# Anbau im Gewächshaus



## 69pflanzenfreund69 (13. März 2013)

Hi,

hab mir nun ein Kleingewächshaus von 2 x 2m gekauft. Gabs für 170€ im Angebot. Ich setzte es auf eine Schicht Betonschalensteine.

Ich hab noch ca. 6 Schubkarren Mutterboden übrig. Kann ich diesen 1:1 mit Blumenerde mischen und dann als Substrat nutzten oder was ist eure Empfehlung.

An Saatgut würd ich das von Aldi für 0,15 € kaufen. Hat jemand Erfahrung mit diesem ? Sollte man lieber das teure z.B. von Kiepenkerl nehmen ?

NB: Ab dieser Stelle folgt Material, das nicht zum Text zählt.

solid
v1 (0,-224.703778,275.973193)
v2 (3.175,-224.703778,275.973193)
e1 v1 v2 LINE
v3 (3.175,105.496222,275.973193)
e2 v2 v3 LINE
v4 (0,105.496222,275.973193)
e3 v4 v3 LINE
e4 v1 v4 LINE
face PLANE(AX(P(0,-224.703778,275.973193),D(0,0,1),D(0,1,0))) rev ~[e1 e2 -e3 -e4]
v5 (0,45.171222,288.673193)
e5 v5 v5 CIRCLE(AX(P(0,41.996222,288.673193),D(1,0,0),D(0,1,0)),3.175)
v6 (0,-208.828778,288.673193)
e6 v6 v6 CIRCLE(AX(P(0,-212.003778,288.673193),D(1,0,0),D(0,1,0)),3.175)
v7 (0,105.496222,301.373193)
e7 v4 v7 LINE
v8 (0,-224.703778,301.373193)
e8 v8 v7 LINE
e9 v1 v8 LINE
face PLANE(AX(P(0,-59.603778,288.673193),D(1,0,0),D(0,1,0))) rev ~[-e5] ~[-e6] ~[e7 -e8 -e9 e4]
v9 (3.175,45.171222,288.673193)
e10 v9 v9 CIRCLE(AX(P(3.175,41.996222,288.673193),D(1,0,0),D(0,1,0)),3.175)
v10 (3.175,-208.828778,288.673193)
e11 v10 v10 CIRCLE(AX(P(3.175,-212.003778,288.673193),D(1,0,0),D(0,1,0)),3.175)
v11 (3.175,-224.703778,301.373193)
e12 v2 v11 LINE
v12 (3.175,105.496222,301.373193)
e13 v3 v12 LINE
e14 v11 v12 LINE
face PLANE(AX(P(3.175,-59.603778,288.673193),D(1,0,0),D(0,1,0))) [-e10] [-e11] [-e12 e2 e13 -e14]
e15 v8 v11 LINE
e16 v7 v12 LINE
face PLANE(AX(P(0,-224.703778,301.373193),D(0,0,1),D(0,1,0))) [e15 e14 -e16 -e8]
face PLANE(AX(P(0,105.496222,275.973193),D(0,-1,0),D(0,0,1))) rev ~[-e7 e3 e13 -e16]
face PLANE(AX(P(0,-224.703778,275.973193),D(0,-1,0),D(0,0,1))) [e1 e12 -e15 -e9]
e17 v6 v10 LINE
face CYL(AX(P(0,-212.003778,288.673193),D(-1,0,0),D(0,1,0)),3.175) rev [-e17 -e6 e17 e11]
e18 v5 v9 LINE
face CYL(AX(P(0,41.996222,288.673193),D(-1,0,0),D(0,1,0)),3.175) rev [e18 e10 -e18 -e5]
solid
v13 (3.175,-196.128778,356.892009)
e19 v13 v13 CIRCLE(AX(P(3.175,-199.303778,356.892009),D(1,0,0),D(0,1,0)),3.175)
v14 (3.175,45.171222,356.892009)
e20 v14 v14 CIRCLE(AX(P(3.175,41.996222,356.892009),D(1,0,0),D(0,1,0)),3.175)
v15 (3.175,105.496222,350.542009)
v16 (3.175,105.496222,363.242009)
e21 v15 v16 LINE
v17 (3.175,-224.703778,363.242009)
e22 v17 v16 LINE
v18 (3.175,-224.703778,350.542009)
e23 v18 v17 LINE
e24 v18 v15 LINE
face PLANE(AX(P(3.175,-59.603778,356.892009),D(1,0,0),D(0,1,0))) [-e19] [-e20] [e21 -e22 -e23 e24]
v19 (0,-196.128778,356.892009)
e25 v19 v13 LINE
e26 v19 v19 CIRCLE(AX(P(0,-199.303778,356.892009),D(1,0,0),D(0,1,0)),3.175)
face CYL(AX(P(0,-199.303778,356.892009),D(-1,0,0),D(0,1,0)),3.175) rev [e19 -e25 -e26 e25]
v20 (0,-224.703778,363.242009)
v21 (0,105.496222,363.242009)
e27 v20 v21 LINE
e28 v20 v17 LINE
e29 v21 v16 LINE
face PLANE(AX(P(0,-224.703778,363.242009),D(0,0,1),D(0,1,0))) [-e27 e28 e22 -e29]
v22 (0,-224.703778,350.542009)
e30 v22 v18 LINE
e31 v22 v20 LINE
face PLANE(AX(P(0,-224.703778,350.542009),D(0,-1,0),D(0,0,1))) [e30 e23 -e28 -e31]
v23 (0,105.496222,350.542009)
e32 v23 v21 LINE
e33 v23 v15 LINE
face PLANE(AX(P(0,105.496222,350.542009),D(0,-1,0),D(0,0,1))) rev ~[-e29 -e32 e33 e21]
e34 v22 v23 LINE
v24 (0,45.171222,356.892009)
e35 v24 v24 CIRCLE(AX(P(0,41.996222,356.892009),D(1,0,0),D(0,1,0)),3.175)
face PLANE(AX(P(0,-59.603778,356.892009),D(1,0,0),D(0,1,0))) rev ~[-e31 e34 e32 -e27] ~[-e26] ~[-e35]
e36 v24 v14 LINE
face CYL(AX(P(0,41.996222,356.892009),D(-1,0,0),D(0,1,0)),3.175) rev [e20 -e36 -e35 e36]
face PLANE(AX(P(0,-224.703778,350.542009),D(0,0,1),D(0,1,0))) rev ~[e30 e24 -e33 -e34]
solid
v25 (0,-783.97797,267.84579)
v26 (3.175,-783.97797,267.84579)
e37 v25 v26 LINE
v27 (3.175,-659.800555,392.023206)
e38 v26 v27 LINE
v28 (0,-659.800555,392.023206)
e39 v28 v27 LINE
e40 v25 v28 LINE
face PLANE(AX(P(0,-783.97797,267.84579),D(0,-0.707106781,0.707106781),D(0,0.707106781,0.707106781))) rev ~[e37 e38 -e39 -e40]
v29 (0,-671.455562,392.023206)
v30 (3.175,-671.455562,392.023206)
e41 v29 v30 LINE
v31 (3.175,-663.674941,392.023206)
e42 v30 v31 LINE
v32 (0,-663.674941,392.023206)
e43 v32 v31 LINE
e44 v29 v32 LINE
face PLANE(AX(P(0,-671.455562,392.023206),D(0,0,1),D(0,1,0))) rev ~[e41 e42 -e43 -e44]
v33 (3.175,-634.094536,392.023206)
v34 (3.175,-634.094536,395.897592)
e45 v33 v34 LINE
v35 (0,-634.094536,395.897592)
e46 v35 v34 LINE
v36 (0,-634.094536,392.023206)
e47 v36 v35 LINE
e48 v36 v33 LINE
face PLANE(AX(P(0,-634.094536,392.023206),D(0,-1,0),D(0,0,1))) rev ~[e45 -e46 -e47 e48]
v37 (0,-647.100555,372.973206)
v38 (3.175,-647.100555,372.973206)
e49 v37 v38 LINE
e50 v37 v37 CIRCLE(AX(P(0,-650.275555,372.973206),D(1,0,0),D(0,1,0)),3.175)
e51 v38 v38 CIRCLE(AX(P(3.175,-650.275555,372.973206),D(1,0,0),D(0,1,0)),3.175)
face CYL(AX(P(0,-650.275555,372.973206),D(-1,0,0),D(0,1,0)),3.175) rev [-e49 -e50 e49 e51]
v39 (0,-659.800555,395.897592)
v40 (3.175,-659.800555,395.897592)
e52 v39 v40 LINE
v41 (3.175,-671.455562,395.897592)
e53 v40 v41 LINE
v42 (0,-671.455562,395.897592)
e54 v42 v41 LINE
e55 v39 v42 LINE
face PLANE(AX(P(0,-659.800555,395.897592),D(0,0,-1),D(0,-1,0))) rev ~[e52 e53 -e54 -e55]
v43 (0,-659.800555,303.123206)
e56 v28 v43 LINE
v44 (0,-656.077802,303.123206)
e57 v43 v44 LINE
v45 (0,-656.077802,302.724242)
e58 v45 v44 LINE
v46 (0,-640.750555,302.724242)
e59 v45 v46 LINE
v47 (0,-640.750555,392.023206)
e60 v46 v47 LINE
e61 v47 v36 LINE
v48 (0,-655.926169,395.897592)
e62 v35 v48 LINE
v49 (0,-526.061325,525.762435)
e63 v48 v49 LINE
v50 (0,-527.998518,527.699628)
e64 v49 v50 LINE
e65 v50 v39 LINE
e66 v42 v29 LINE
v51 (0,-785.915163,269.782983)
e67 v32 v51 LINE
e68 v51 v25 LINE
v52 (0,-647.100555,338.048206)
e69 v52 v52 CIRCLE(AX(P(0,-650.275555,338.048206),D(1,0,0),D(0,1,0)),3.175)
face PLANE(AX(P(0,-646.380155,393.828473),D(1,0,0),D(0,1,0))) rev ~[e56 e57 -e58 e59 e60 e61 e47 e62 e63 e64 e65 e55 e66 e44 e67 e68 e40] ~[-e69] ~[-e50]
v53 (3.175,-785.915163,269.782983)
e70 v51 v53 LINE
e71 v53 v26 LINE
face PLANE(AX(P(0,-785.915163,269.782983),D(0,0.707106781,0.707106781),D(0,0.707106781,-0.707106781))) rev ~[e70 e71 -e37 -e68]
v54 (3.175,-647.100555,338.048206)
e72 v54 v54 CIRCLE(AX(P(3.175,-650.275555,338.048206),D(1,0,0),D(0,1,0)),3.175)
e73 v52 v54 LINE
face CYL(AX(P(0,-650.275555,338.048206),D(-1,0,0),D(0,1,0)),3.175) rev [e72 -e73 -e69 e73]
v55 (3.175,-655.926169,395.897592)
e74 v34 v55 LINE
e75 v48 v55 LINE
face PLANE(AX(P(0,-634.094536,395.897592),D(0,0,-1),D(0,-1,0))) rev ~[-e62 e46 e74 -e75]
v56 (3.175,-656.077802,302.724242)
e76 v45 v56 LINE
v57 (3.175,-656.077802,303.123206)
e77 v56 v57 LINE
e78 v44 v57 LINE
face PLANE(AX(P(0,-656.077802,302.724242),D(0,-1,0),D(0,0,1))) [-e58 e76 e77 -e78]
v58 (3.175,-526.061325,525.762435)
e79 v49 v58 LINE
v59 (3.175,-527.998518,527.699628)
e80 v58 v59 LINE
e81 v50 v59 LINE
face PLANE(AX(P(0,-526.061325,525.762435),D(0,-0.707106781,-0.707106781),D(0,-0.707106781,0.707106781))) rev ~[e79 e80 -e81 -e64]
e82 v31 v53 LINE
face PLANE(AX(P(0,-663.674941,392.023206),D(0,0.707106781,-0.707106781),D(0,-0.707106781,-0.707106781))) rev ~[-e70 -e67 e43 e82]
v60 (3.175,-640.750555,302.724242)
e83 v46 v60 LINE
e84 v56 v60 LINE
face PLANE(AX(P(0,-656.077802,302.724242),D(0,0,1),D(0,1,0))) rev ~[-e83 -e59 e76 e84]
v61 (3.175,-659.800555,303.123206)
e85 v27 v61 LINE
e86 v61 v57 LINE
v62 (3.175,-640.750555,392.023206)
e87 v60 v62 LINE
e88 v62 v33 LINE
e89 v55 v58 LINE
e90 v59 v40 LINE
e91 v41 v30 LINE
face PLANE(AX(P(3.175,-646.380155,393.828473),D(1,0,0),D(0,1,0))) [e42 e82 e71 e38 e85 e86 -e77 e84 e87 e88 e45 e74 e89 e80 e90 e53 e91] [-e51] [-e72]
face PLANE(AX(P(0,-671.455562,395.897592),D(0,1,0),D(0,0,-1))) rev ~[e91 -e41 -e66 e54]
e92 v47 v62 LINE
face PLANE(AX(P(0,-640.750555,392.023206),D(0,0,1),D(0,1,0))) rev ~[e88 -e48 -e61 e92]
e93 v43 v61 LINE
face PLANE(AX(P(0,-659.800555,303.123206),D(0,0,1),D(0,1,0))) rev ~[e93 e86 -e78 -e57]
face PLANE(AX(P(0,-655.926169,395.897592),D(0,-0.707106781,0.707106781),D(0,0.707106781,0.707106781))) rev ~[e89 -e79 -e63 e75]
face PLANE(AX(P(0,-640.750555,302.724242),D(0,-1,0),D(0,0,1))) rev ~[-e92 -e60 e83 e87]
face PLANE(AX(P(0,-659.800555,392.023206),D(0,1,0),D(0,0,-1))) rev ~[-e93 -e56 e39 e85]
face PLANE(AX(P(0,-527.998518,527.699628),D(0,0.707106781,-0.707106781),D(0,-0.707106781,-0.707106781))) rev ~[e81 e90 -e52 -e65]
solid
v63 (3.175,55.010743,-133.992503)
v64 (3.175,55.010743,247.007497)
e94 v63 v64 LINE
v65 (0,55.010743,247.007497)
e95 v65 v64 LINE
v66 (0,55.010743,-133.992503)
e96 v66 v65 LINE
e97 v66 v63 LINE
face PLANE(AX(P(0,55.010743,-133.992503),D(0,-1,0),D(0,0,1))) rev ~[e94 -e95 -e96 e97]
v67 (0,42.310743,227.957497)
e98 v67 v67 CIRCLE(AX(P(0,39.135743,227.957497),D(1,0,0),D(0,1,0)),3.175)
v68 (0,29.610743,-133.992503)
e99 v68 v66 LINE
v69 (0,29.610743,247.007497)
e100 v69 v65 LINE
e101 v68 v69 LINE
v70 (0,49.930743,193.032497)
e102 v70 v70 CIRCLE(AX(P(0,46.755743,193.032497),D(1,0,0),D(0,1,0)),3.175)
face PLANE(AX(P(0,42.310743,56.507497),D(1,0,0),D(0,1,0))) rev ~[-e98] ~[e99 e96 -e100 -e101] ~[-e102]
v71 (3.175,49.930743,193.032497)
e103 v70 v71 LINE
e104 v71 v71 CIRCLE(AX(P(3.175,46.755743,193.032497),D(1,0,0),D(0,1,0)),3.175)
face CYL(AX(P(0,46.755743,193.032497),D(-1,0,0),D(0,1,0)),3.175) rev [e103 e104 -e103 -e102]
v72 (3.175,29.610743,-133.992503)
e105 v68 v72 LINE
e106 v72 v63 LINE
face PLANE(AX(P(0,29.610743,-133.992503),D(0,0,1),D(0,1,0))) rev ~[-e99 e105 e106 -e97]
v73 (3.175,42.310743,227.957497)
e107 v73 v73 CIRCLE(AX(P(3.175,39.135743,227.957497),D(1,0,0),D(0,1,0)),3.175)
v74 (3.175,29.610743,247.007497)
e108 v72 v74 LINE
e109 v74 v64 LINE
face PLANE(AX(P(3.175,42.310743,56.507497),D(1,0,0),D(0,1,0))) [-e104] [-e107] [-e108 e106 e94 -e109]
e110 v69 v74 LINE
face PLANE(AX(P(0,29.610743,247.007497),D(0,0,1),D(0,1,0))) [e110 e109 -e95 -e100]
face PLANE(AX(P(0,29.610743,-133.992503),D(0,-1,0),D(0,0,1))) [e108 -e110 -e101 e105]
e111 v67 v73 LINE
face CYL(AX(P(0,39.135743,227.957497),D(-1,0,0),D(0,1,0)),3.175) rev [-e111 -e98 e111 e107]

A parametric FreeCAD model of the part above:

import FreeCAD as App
import Part
import Sketcher

V = App.Vector
Q = App.Units.Quantity

doc = App.newDocument("Part")
body = doc.addObject("PartDesign::Body", "Body")

sketch1 = doc.addObject("Sketcher::SketchObject", "Sketch")
body.addObject(sketch1)
sketch1.AttachmentSupport = (doc.YZ_Plane, [""])
sketch1.MapMode = "FlatFace"
sketch1.addGeometry(Part.LineSegment(V(29.6, 247, 0), V(29.6, -134, 0)), False)
sketch1.addGeometry(Part.LineSegment(V(29.6, -134, 0), V(55, -134, 0)), False)
sketch1.addGeometry(Part.LineSegment(V(55, -134, 0), V(55, 247, 0)), False)
sketch1.addGeometry(Part.LineSegment(V(55, 247, 0), V(29.6, 247, 0)), False)
sketch1.addGeometry(Part.Circle(V(46.8, 193, 0), V(0, 0, 1), 3.2), False)
sketch1.addGeometry(Part.Circle(V(39.1, 228, 0), V(0, 0, 1), 3.2), False)
sketch1.addConstraint(Sketcher.Constraint("Coincident", 0, 2, 1, 1))
sketch1.addConstraint(Sketcher.Constraint("Coincident", 1, 2, 2, 1))
sketch1.addConstraint(Sketcher.Constraint("Coincident", 2, 2, 3, 1))
sketch1.addConstraint(Sketcher.Constraint("Coincident", 3, 2, 0, 1))
sketch1.addConstraint(Sketcher.Constraint("Vertical", 0))
sketch1.addConstraint(Sketcher.Constraint("Horizontal", 1))
sketch1.addConstraint(Sketcher.Constraint("Vertical", 2))
sketch1.addConstraint(Sketcher.Constraint("Horizontal", 3))
sketch1.addConstraint(Sketcher.Constraint("Equal", 4, 5))
sketch1.addConstraint(Sketcher.Constraint("Diameter", 4, Q("0.25 in")))
sketch1.addConstraint(Sketcher.Constraint("DistanceX", 1, 1, 1, 2, Q("1 in")))
sketch1.addConstraint(Sketcher.Constraint("DistanceY", 0, 2, 0, 1, Q("15 in")))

Es soll nur zum Spaß für unsere Kinder sein, also nen bissl Tomaten/ Gurken/ Mören/ Salat und ein paar Blümchen.

Dieses Thema ist völliges Neuland für mich und somit freue ich mich auf eure Einsteigertipps


----------



## Christine (13. März 2013)

*AW: Anbau im Gewächshaus*

Hallo Ralph,

gib den Kindern auch ein Gemüsebeet draussen für Möhren, Salat und vor allen Dingen Radieschen !
Die sind nämlich rasant und bescheren den kleinen Ungeduldigen erste Erfolgserlebnisse. 

Tomaten und Gurken im gleichen Gewächshaus sind bei der Größe problematisch, weil die Ansprüche unterschiedlich sind. Und wir wollen ja nicht, dass die Kleinen enttäuscht sind, weil die Tomaten an Braunfäule sterben. Wenn der Sommer nicht zu nass ist und das Gewächshaus nicht zu voll, geht es unter Vorbehalt. Vielleicht lässt Du die Gurke weg (oder nimmst eine fürs Freiland) und ergänzt die Tomaten lieber mit ein oder zwei Paprika.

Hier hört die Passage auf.